I have a problem with the following exercise:
There are two sequences,
$ a_i = -11, -12, -13, -14, -15, -16, -17, -18, -19….$
$ b_i = 1000, 10001, -16, -17, -18, -19…$
And the sequence $ b_i $ from 3rd term would then become the same as $ a_i $ from 6th term, for the rest of the sequences. So in other words, they would have the same tail from 6th term of sequence a and 3rd term of sequence b.
Is that equivalence relation?
I was thinking $ a_{i-3} = b_i $ and $ b_{i-3} = a_i$ for $ i>3$ so it is symmetric and converges to the same limit. The terms are the same so it is reflexive if I understand it correctly. Then it is not transitive. But not sure if that is correct. Also, I believe if one of them converges, then they both converge to the same limit (given sets properties).
Also, what would be the correct definition of such sequences and mathematical notations for them? I am doing Real Analysis as a part of electives for my comp sci degree and am really struggling with the semantics and mathematical language for those..
Appreciate ANY help and suggestions!!
Best Answer
If we wanted to formally define this relation, we might say that two sequences $a_m$ and $b_n$ are "eventually equal" (or maybe "have equal tails") and write, for example, $a_m \sim b_n$ if there exist $M, N \in \mathbb{N}$ such that for all $k \in \mathbb{N}$, $a_{M+k} = b_{N+k}$. In other words, if you remove the first $M-1$ entries from $a_m$ and the first $N-1$ entries from $b_n$ then what's left is the same on both sides.
You can indeed prove that (a) being eventually equal is an equivalence relationship, and (b) sequences that are eventually equal have the same limit. I will sketch out the proofs of both, but I'd encourage you to fill out the details yourself.
First, to prove that $\sim$ is an equivalence relationship, we need to show that it is reflexive, symmetric and transitive.
Symmetric: If $a_m \sim b_n$, then we know that $a_{M+k} = b_{N+k}$ as defined above, so $b_{N+k} = a_{M+k}$ and hence by swapping everything around we should have that $b_n \sim a_m$.
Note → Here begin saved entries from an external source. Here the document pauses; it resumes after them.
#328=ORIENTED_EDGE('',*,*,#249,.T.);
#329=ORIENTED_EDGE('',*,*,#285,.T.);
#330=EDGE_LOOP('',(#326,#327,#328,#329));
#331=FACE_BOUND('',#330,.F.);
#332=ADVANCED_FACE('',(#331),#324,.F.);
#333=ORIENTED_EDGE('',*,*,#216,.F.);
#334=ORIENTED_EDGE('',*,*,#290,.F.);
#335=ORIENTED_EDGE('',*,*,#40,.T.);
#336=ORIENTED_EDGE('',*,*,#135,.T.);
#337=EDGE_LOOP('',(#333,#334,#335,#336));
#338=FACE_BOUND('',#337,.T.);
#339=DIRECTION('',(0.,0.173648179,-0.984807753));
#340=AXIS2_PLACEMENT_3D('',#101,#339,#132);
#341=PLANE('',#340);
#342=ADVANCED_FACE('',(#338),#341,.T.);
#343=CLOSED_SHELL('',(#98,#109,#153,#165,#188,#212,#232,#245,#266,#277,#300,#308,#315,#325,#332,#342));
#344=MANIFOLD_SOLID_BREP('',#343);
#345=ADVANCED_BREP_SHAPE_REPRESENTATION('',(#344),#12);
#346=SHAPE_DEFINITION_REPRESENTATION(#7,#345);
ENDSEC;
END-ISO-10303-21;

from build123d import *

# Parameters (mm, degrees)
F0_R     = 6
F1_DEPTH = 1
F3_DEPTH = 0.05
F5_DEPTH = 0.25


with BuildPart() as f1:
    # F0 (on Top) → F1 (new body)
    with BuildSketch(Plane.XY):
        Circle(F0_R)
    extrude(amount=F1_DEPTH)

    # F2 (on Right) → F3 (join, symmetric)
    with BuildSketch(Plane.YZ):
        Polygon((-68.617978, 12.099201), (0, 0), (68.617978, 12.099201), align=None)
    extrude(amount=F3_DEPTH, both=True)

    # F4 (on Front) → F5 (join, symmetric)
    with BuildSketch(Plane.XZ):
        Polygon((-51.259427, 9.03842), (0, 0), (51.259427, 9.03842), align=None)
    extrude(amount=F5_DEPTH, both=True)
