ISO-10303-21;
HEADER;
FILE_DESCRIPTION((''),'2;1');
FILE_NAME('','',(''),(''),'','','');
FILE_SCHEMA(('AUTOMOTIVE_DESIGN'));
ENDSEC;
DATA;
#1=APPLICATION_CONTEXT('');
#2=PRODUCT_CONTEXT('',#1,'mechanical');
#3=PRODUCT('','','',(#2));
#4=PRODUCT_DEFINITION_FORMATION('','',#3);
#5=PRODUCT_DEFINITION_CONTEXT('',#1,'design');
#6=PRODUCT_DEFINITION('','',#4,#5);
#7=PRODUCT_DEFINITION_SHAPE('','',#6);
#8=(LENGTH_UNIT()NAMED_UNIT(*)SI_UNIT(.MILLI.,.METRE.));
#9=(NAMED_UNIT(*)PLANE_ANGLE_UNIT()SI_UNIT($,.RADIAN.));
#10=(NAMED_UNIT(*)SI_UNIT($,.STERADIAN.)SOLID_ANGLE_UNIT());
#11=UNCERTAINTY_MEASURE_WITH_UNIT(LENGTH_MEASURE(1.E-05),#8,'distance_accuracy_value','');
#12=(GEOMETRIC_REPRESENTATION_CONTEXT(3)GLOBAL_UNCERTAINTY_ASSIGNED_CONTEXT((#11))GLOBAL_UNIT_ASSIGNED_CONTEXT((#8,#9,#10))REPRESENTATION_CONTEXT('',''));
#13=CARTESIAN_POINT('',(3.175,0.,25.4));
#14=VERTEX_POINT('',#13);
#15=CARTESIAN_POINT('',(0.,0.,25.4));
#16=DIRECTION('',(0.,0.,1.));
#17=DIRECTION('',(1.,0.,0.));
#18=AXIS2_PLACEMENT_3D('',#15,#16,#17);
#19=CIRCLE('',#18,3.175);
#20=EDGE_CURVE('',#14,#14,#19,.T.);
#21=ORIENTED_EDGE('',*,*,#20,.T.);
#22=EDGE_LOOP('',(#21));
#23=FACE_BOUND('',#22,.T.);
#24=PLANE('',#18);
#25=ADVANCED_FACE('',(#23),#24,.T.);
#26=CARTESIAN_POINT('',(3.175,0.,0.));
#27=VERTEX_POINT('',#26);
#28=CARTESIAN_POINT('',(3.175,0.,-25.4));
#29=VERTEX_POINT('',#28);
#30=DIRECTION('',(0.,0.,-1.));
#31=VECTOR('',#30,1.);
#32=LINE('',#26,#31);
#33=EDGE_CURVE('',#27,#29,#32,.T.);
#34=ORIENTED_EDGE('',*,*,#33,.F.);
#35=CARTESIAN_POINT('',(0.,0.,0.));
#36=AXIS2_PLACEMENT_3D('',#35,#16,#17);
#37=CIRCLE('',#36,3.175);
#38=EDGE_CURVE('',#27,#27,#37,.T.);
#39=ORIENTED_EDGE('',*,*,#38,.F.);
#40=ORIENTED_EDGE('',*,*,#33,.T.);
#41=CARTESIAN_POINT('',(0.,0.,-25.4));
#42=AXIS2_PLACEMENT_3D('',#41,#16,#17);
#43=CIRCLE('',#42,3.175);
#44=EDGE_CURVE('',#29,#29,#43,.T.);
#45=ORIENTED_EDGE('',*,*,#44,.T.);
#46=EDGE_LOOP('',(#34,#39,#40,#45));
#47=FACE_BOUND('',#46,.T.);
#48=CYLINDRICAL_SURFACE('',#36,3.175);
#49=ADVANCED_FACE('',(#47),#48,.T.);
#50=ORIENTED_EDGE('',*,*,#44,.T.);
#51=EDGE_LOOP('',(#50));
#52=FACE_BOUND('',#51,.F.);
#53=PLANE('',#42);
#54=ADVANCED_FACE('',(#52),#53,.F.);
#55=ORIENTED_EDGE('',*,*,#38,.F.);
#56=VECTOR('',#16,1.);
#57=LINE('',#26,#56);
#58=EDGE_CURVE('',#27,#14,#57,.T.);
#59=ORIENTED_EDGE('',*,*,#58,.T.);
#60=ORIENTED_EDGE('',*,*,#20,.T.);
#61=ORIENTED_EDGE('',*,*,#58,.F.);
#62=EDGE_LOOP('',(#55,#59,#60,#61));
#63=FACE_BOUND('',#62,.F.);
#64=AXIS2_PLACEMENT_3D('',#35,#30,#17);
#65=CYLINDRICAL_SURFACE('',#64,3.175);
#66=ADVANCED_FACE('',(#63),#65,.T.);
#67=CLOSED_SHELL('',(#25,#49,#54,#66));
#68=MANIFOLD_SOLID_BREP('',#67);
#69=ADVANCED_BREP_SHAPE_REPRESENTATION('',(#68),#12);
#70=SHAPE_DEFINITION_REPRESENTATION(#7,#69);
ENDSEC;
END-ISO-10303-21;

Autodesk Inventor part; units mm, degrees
ref_plane "YZ Plane" through (0, 0, 0) normal (1, 0, 0) x (0, 1, 0)
ref_plane "XZ Plane" through (0, 0, 0) normal (0, 1, 0) x (-1, 0, 0)
sketch "Sketch1" plane through (0, 0, 0) normal (0, 0, 1) x (1, 0, 0)
  circle A0 centre (0, 0) radius 3.175
  dimension "d0" = 6.35
extrude "Extrusion1" add sketch "Sketch1" along normal mid plane 50.8
equation "\"d0\" = diameterOfScrew"
equation "\"d1\" = lengthOfScrew"
equation "\"diameterOfScrew\" = 6.35"
equation "\"lengthOfScrew\" = 50.8"
properties part number "screwForAngledPiece"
Reflexive: Clearly by choosing $M = N = 0$, $a_{M+k} = a_{N+k}$ so $a_m \sim a_m$.
Transitive: If $a_m \sim b_n$ and $b_n \sim c_l$, then choose $N$ large enough that $b_n$ matches both of the other sequences appropriately and you should be able to show $a_m \sim c_l$.
To prove that equivalent sequences have equal limits, you can use the definition of the limit of a sequence:
If $a_n \sim b_m$ and $\lim_{n \rightarrow \infty} a_n = L$, then for any $\epsilon$ if $|a_n - L| < \epsilon$ beyond some value $N$, then there should be a matching $M$ such that $b_m = a_n$ and hence $|b_m - L| < \epsilon$, thus $\lim_{m \rightarrow \infty} b_m = L$.